In Italia è stata la vincitrice del Premio Grinzane Terra d'Otranto 2007 sezione letteraria.

"Nessuno capisce il trauma di essere neri. Tutti noi, come dimostra Michael Jackson, vorremmo diventare bianchi. Ha presente come sono lisci i capelli di Condoleeza Rice? Solo una matta come me va in giro con questi capelli crespi".

Sindiwe ha la grinta pazzesca e la consapevolezza di chi è cresciuto in uno slum sudafricano tra difficoltà che nemmeno riusciamo a immaginare e ha saputo costruirsi una vita da madre, scrittrice, intellettuale impegnata a favore dei diritti del suo popolo e delle donne di tutto il mondo.
Nel suo libro "Questo è il mio corpo!" la scrittrice affronta la dura realtà delle malattie trasmissibili per via sessuale, in primi l'AIDS. A tal proposito dice: "L'AIDS si può prevenire. Il diritto umano più sacro è il diritto alla vita. L'amore è grande, il sesso può essere grandioso, ma la vita è la cosa più importante di tutte. Spero che le donne nere inizino a parlare tra loro anche di cose intime, che prendano in mano la loro vita.

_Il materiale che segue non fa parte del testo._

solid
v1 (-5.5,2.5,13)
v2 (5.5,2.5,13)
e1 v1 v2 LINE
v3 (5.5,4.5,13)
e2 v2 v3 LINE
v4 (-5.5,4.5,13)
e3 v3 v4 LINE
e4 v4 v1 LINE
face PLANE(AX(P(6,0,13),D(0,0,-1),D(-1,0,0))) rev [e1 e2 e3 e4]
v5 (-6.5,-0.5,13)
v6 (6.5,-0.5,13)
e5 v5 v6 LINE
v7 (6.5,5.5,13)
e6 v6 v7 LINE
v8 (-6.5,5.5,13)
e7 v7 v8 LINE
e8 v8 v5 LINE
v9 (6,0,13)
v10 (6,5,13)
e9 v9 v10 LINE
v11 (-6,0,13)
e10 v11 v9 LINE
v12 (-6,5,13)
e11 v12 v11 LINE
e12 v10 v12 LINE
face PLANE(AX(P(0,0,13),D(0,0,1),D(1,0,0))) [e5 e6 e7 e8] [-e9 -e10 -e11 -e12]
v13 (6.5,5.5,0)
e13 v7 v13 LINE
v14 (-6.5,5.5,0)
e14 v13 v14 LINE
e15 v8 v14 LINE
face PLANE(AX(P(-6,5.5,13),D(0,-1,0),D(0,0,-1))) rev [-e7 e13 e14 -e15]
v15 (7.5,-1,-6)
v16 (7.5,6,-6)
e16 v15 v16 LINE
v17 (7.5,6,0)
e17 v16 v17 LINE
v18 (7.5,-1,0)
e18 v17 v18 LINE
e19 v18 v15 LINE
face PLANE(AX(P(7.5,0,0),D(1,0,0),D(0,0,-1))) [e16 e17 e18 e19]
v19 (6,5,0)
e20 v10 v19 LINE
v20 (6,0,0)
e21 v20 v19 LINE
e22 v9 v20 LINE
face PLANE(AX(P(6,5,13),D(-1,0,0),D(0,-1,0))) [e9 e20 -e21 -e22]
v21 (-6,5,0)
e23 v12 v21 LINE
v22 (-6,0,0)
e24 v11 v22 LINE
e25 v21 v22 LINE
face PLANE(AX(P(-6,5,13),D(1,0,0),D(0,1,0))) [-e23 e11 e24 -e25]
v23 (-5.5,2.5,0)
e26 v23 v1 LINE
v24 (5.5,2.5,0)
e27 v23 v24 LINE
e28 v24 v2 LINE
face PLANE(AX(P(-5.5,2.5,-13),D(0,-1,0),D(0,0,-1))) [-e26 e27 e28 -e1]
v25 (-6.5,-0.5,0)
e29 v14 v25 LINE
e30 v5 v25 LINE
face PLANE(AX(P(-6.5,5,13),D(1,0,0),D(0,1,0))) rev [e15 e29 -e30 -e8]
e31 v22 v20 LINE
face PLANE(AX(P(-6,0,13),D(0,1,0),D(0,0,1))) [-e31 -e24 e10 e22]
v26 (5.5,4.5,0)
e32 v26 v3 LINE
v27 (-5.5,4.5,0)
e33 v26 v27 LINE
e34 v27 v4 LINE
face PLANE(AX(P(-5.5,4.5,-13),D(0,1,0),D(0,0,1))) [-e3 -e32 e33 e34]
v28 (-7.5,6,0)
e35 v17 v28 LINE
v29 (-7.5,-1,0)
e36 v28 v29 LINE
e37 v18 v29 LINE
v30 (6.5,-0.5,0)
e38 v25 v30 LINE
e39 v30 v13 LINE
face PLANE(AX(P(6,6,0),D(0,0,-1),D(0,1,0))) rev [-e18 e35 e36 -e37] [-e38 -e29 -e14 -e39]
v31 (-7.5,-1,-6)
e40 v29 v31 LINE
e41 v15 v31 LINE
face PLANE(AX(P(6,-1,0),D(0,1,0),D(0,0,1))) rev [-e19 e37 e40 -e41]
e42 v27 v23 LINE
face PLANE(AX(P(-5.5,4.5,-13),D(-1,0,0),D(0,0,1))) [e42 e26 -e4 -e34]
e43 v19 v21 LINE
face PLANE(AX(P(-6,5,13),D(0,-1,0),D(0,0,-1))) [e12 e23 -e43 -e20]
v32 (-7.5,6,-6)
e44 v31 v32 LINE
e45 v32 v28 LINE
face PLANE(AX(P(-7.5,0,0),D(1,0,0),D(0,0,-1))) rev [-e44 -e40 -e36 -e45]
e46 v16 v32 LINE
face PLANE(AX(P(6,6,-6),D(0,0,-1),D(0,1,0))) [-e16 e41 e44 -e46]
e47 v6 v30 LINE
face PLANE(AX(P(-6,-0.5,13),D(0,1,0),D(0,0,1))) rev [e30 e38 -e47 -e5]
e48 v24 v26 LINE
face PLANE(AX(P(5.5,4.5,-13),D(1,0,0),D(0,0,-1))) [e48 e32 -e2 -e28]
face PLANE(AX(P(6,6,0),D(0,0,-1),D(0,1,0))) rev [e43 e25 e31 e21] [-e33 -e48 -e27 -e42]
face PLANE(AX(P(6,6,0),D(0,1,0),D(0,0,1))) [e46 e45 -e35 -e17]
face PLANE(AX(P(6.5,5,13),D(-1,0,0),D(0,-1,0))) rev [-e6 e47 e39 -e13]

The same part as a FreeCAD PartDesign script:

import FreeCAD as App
import Part
import Sketcher
from FreeCAD import Vector

doc = App.newDocument("Part")
body = doc.addObject("PartDesign::Body", "Body")

sketch1 = doc.addObject("Sketcher::SketchObject", "Sketch")
body.addObject(sketch1)
sketch1.AttachmentSupport = (doc.YZ_Plane, [""])
sketch1.MapMode = "FlatFace"
sketch1.addGeometry(Part.LineSegment(Vector(5, 13, 0), Vector(0, 13, 0)), False)
sketch1.addGeometry(Part.LineSegment(Vector(0, 13, 0), Vector(0, 0, 0)), False)
sketch1.addGeometry(Part.LineSegment(Vector(0, 0, 0), Vector(-1, 0, 0)), False)
sketch1.addGeometry(Part.LineSegment(Vector(-1, 0, 0), Vector(-1, -6, 0)), False)
sketch1.addGeometry(Part.LineSegment(Vector(-1, -6, 0), Vector(6, -6, 0)), False)
sketch1.addGeometry(Part.LineSegment(Vector(6, -6, 0), Vector(6, 0, 0)), False)
sketch1.addGeometry(Part.LineSegment(Vector(6, 0, 0), Vector(5, 0, 0)), False)
sketch1.addGeometry(Part.LineSegment(Vector(5, 0, 0), Vector(5, 13, 0)), False)
sketch1.addConstraint(Sketcher.Constraint("Coincident", 0, 2, 1, 1))
sketch1.addConstraint(Sketcher.Constraint("Coincident", 1, 2, 2, 1))
sketch1.addConstraint(Sketcher.Constraint("Coincident", 2, 2, 3, 1))
sketch1.addConstraint(Sketcher.Constraint("Coincident", 3, 2, 4, 1))
sketch1.addConstraint(Sketcher.Constraint("Coincident", 4, 2, 5, 1))
sketch1.addConstraint(Sketcher.Constraint("Coincident", 5, 2, 6, 1))
sketch1.addConstraint(Sketcher.Constraint("Coincident", 6, 2, 7, 1))
sketch1.addConstraint(Sketcher.Constraint("Coincident", 7, 2, 0, 1))
sketch1.addConstraint(Sketcher.Constraint("Horizontal", 0))
sketch1.addConstraint(Sketcher.Constraint("Vertical", 1))
sketch1.addConstraint(Sketcher.Constraint("Horizontal", 2))
sketch1.addConstraint(Sketcher.Constraint("Vertical", 3))
sketch1.addConstraint(Sketcher.Constraint("Horizontal", 4))
sketch1.addConstraint(Sketcher.Constraint("Vertical", 5))
sketch1.addConstraint(Sketcher.Constraint("Horizontal", 6))
sketch1.addConstraint(Sketcher.Constraint("Vertical", 7))
sketch1.addConstraint(Sketcher.Constraint("Coincident", 1, 2, -1, 1))
sketch1.addConstraint(Sketcher.Constraint("PointOnObject", 5, 2, -1))
sketch1.addConstraint(Sketcher.Constraint("Equal", 2, 6))
sketch1.addConstraint(Sketcher.Constraint("DistanceX", 0, 2, 0, 1, 5.0))
sketch1.addConstraint(Sketcher.Constraint("DistanceX", 2, 2, 2, 1, 1.0))
sketch1.addConstraint(Sketcher.Constraint("DistanceY", 1, 2, 1, 1, 13.0))
sketch1.addConstraint(Sketcher.Constraint("DistanceY", 3, 2, 3, 1, 6.0))
pad1 = doc.addObject("PartDesign::Pad", "Pad")
body.addObject(pad1)
pad1.Profile = sketch1
pad1.Length = 12
pad1.Midplane = True

sketch2 = doc.addObject("Sketcher::SketchObject", "Sketch001")
body.addObject(sketch2)
sketch2.AttachmentSupport = (doc.YZ_Plane, [""])
sketch2.MapMode = "FlatFace"
sketch2.addGeometry(Part.LineSegment(Vector(6, 0, 0), Vector(-1, 0, 0)), False)
sketch2.addGeometry(Part.LineSegment(Vector(-1, 0, 0), Vector(-1, -6, 0)), False)
sketch2.addGeometry(Part.LineSegment(Vector(-1, -6, 0), Vector(6, -6, 0)), False)
sketch2.addGeometry(Part.LineSegment(Vector(6, -6, 0), Vector(6, 0, 0)), False)
sketch2.addConstraint(Sketcher.Constraint("Coincident", 0, 2, 1, 1))
sketch2.addConstraint(Sketcher.Constraint("Coincident", 1, 2, 2, 1))
sketch2.addConstraint(Sketcher.Constraint("Coincident", 2, 2, 3, 1))
sketch2.addConstraint(Sketcher.Constraint("Coincident", 3, 2, 0, 1))
sketch2.addConstraint(Sketcher.Constraint("Horizontal", 0))
sketch2.addConstraint(Sketcher.Constraint("Vertical", 1))
sketch2.addConstraint(Sketcher.Constraint("Horizontal", 2))
sketch2.addConstraint(Sketcher.Constraint("Vertical", 3))
sketch2.addConstraint(Sketcher.Constraint("PointOnObject", 0, 2, -1))
sketch2.addConstraint(Sketcher.Constraint("DistanceX", 0, 2, 0, 1, 7.0))
sketch2.addConstraint(Sketcher.Constraint("DistanceY", 1, 2, 1, 1, 6.0))
sketch2.addConstraint(Sketcher.Constraint("DistanceX", 0, 2, -1, 1, 1.0))
pad2 = doc.addObject("PartDesign::Pad", "Pad001")
body.addObject(pad2)
pad2.Profile = sketch2
pad2.Length = 15
pad2.Midplane = True

sketch3 = doc.addObject("Sketcher::SketchObject", "Sketch002")
body.addObject(sketch3)
sketch3.AttachmentSupport = (doc.XY_Plane, [""])
sketch3.MapMode = "FlatFace"
sketch3.AttachmentOffset = App.Placement(Vector(0, 0, 13), App.Rotation())
sketch3.addGeometry(Part.LineSegment(Vector(-6, 5, 0), Vector(-6, 0, 0)), False)
sketch3.addGeometry(Part.LineSegment(Vector(-6, 0, 0), Vector(6, 0, 0)), False)
sketch3.addGeometry(Part.LineSegment(Vector(6, 0, 0), Vector(6, 5, 0)), False)
sketch3.addGeometry(Part.LineSegment(Vector(6, 5, 0), Vector(-6, 5, 0)), False)
sketch3.addGeometry(Part.LineSegment(Vector(5.5, 2.5, 0), Vector(-5.5, 2.5, 0)), False)
sketch3.addGeometry(Part.LineSegment(Vector(-5.5, 2.5, 0), Vector(-5.5, 4.5, 0)), False)
sketch3.addGeometry(Part.LineSegment(Vector(-5.5, 4.5, 0), Vector(5.5, 4.5, 0)), False)
sketch3.addGeometry(Part.LineSegment(Vector(5.5, 4.5, 0), Vector(5.5, 2.5, 0)), False)
sketch3.addConstraint(Sketcher.Constraint("Coincident", 0, 2, 1, 1))
sketch3.addConstraint(Sketcher.Constraint("Coincident", 1, 2, 2, 1))
sketch3.addConstraint(Sketcher.Constraint("Coincident", 2, 2, 3, 1))
sketch3.addConstraint(Sketcher.Constraint("Coincident", 3, 2, 0, 1))
sketch3.addConstraint(Sketcher.Constraint("Coincident", 4, 2, 5, 1))
sketch3.addConstraint(Sketcher.Constraint("Coincident", 5, 2, 6, 1))
sketch3.addConstraint(Sketcher.Constraint("Coincident", 6, 2, 7, 1))
sketch3.addConstraint(Sketcher.Constraint("Coincident", 7, 2, 4, 1))
sketch3.addConstraint(Sketcher.Constraint("Vertical", 0))
sketch3.addConstraint(Sketcher.Constraint("Horizontal", 1))
sketch3.addConstraint(Sketcher.Constraint("Vertical", 2))
sketch3.addConstraint(Sketcher.Constraint("Horizontal", 3))
sketch3.addConstraint(Sketcher.Constraint("Horizontal", 4))
sketch3.addConstraint(Sketcher.Constraint("Vertical", 5))
sketch3.addConstraint(Sketcher.Constraint("Horizontal", 6))
sketch3.addConstraint(Sketcher.Constraint("Vertical", 7))
sketch3.addConstraint(Sketcher.Constraint("Symmetric", 0, 2, 1, 2, -1, 1))
sketch3.addConstraint(Sketcher.Constraint("DistanceX", 1, 1, 1, 2, 12.0))
sketch3.addConstraint(Sketcher.Constraint("DistanceX", 4, 2, 4, 1, 11.0))
sketch3.addConstraint(Sketcher.Constraint("DistanceY", 0, 2, 0, 1, 5.0))
sketch3.addConstraint(Sketcher.Constraint("DistanceY", 5, 1, 5, 2, 2.0))
sketch3.addConstraint(Sketcher.Constraint("DistanceX", 4, 2, -1, 1, 5.5))
sketch3.addConstraint(Sketcher.Constraint("DistanceY", -1, 1, 4, 2, 2.5))
pocket1 = doc.addObject("PartDesign::Pocket", "Pocket")
body.addObject(pocket1)
pocket1.Profile = sketch3
pocket1.Length = 13

sketch4 = doc.addObject("Sketcher::SketchObject", "Sketch003")
body.addObject(sketch4)
sketch4.AttachmentSupport = (doc.XY_Plane, [""])
sketch4.MapMode = "FlatFace"
sketch4.addGeometry(Part.LineSegment(Vector(-6, 6, 0), Vector(-6, 0, 0)), False)
sketch4.addGeometry(Part.LineSegment(Vector(-6, 0, 0), Vector(6, 0, 0)), False)
sketch4.addGeometry(Part.LineSegment(Vector(6, 0, 0), Vector(6, 6, 0)), False)
sketch4.addGeometry(Part.LineSegment(Vector(6, 6, 0), Vector(-6, 6, 0)), False)
sketch4.addGeometry(Part.LineSegment(Vector(6, 0, 0), Vector(-6, 0, 0)), False)
sketch4.addGeometry(Part.LineSegment(Vector(-6, 0, 0), Vector(-6, 5, 0)), False)
sketch4.addGeometry(Part.LineSegment(Vector(-6, 5, 0), Vector(6, 5, 0)), False)
sketch4.addGeometry(Part.LineSegment(Vector(6, 5, 0), Vector(6, 0, 0)), False)
sketch4.addConstraint(Sketcher.Constraint("Coincident", 0, 2, 1, 1))
sketch4.addConstraint(Sketcher.Constraint("Coincident", 1, 2, 2, 1))
sketch4.addConstraint(Sketcher.Constraint("Coincident", 2, 2, 3, 1))
sketch4.addConstraint(Sketcher.Constraint("Coincident", 3, 2, 0, 1))
sketch4.addConstraint(Sketcher.Constraint("Coincident", 4, 2, 5, 1))
sketch4.addConstraint(Sketcher.Constraint("Coincident", 5, 2, 6, 1))
sketch4.addConstraint(Sketcher.Constraint("Coincident", 6, 2, 7, 1))
sketch4.addConstraint(Sketcher.Constraint("Coincident", 7, 2, 4, 1))
sketch4.addConstraint(Sketcher.Constraint("Vertical", 0))
sketch4.addConstraint(Sketcher.Constraint("Horizontal", 1))
sketch4.addConstraint(Sketcher.Constraint("Vertical", 2))
sketch4.addConstraint(Sketcher.Constraint("Horizontal", 3))
sketch4.addConstraint(Sketcher.Constraint("Horizontal", 4))
sketch4.addConstraint(Sketcher.Constraint("Vertical", 5))
sketch4.addConstraint(Sketcher.Constraint("Horizontal", 6))
sketch4.addConstraint(Sketcher.Constraint("Vertical", 7))
sketch4.addConstraint(Sketcher.Constraint("Symmetric", 4, 2, 7, 2, -1, 1))
sketch4.addConstraint(Sketcher.Constraint("DistanceX", 1, 1, 1, 2, 13.0))
sketch4.addConstraint(Sketcher.Constraint("DistanceX", 4, 2, 4, 1, 12.0))
sketch4.addConstraint(Sketcher.Constraint("DistanceY", 0, 2, 0, 1, 6.0))
sketch4.addConstraint(Sketcher.Constraint("DistanceY", 5, 1, 5, 2, 5.0))
sketch4.addConstraint(Sketcher.Constraint("DistanceX", 0, 2, -1, 1, 6.5))
sketch4.addConstraint(Sketcher.Constraint("DistanceY", 0, 2, -1, 1, 0.5))
pad3 = doc.addObject("PartDesign::Pad", "Pad002")
body.addObject(pad3)
pad3.Profile = sketch4
pad3.Length = 13

doc.recompute()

La diffusione dell’AIDS è una responsabilità individuale. Lo slogan deve essere: Niente test? Niente sesso." e continua con un atto di accusa terribile: "In Africa abbiamo un esempio virtuoso di lotta alla diffusione dell'AIDS: l'Uganda. E so anche che l'Uganda è una nazione più povera del mio Sudafrica. Qualunque cosa abbiano fatto o stiano facendo in Sudafrica in questo senso non è abbastanza, punto. Del resto se da noi il numero dei morti è così spaventosamente alto, vorrà pur dire che qualcosa non va nelle strategie del Governo o no? Se l'epidemia ci avesse colpito durante l'apartheid non ci sarebbero state ambiguità, l'assistenza medica sarebbe stata riservata ai bianchi, ma il mondo non avrebbe tollerato questa ambivalenza, l'avrebbe chiamata col suo nome: genocidio. Ora se i cittadini bianchi criticano i politici neri li si taccia di razzismo, se i cittadini neri criticano i politici neri li si taccia di antipatriottismo o autolesionismo. [..] Dove c’è una povertà come quella del Sudafrica abbassare il prezzo dei farmaci antiretrovirali non è sufficiente: il test dovrebbe essere gratuito e svolto in segretezza, in certe aree è impossibile garantire il segreto e infatti la gente non fa il test. Quelli che hanno i mezzi e i soldi per farlo si spostano lontano dai luoghi nei quali vivono, molti uomini così fanno terapie antiretrovirali lasciando dietro di loro le donne con le quali hanno avuto rapporti sessuali. Quindi esistono grandi responsabilità, è vero, ma il problema nasce nella casa di ognuno di noi: indipendentemente da ciò che fanno le istituzioni devidecidere tu se vuoi vivere o no. Spesso non è facile, soprattutto per le donne, ma è necessario."
Altro punto importantissimo della lotta della Magona è il ruolo delle donne in Sudafrica e delle violenze che esse subiscono: "La violenza ha vari aspetti: si nasconde a volte dentro l’amore o dentro la famiglia e la genete si rifiuta di vederla. Scelte anche innocenti come il nome dei bambini sono frutto di imposizioni, di arretratezza maschilista. Cose molto gravi accadono e molti le giudicano accettabili: quando ero piccola io, avere un figlio fuori dalla coppia rappresentava un terribile scandalo, adesso la media di figli illegittimi di un sudafricano di 40 anni è tra i 6 e i 7! E’ diventato raro il contrario, è diventato accettabile. Questo vuol dire abusare del corpo delle donne ed è terribile per i bambini. Un padre part-time non serve a niente, un padre serve averlo tutti i giorni. Vogliamo che le donne sappiano, che le donne capiscano: non è una disgrazia non avere un uomo. Non è una vergogna stare da sole. Nella cultura africana una donna senza uomo è vista come mancante di qualcosa, invece non è meno donna delle altre. Meglio vivere sole che morte con un uomo. Mostratemi la tomba di una donna uccisa da un vibratore."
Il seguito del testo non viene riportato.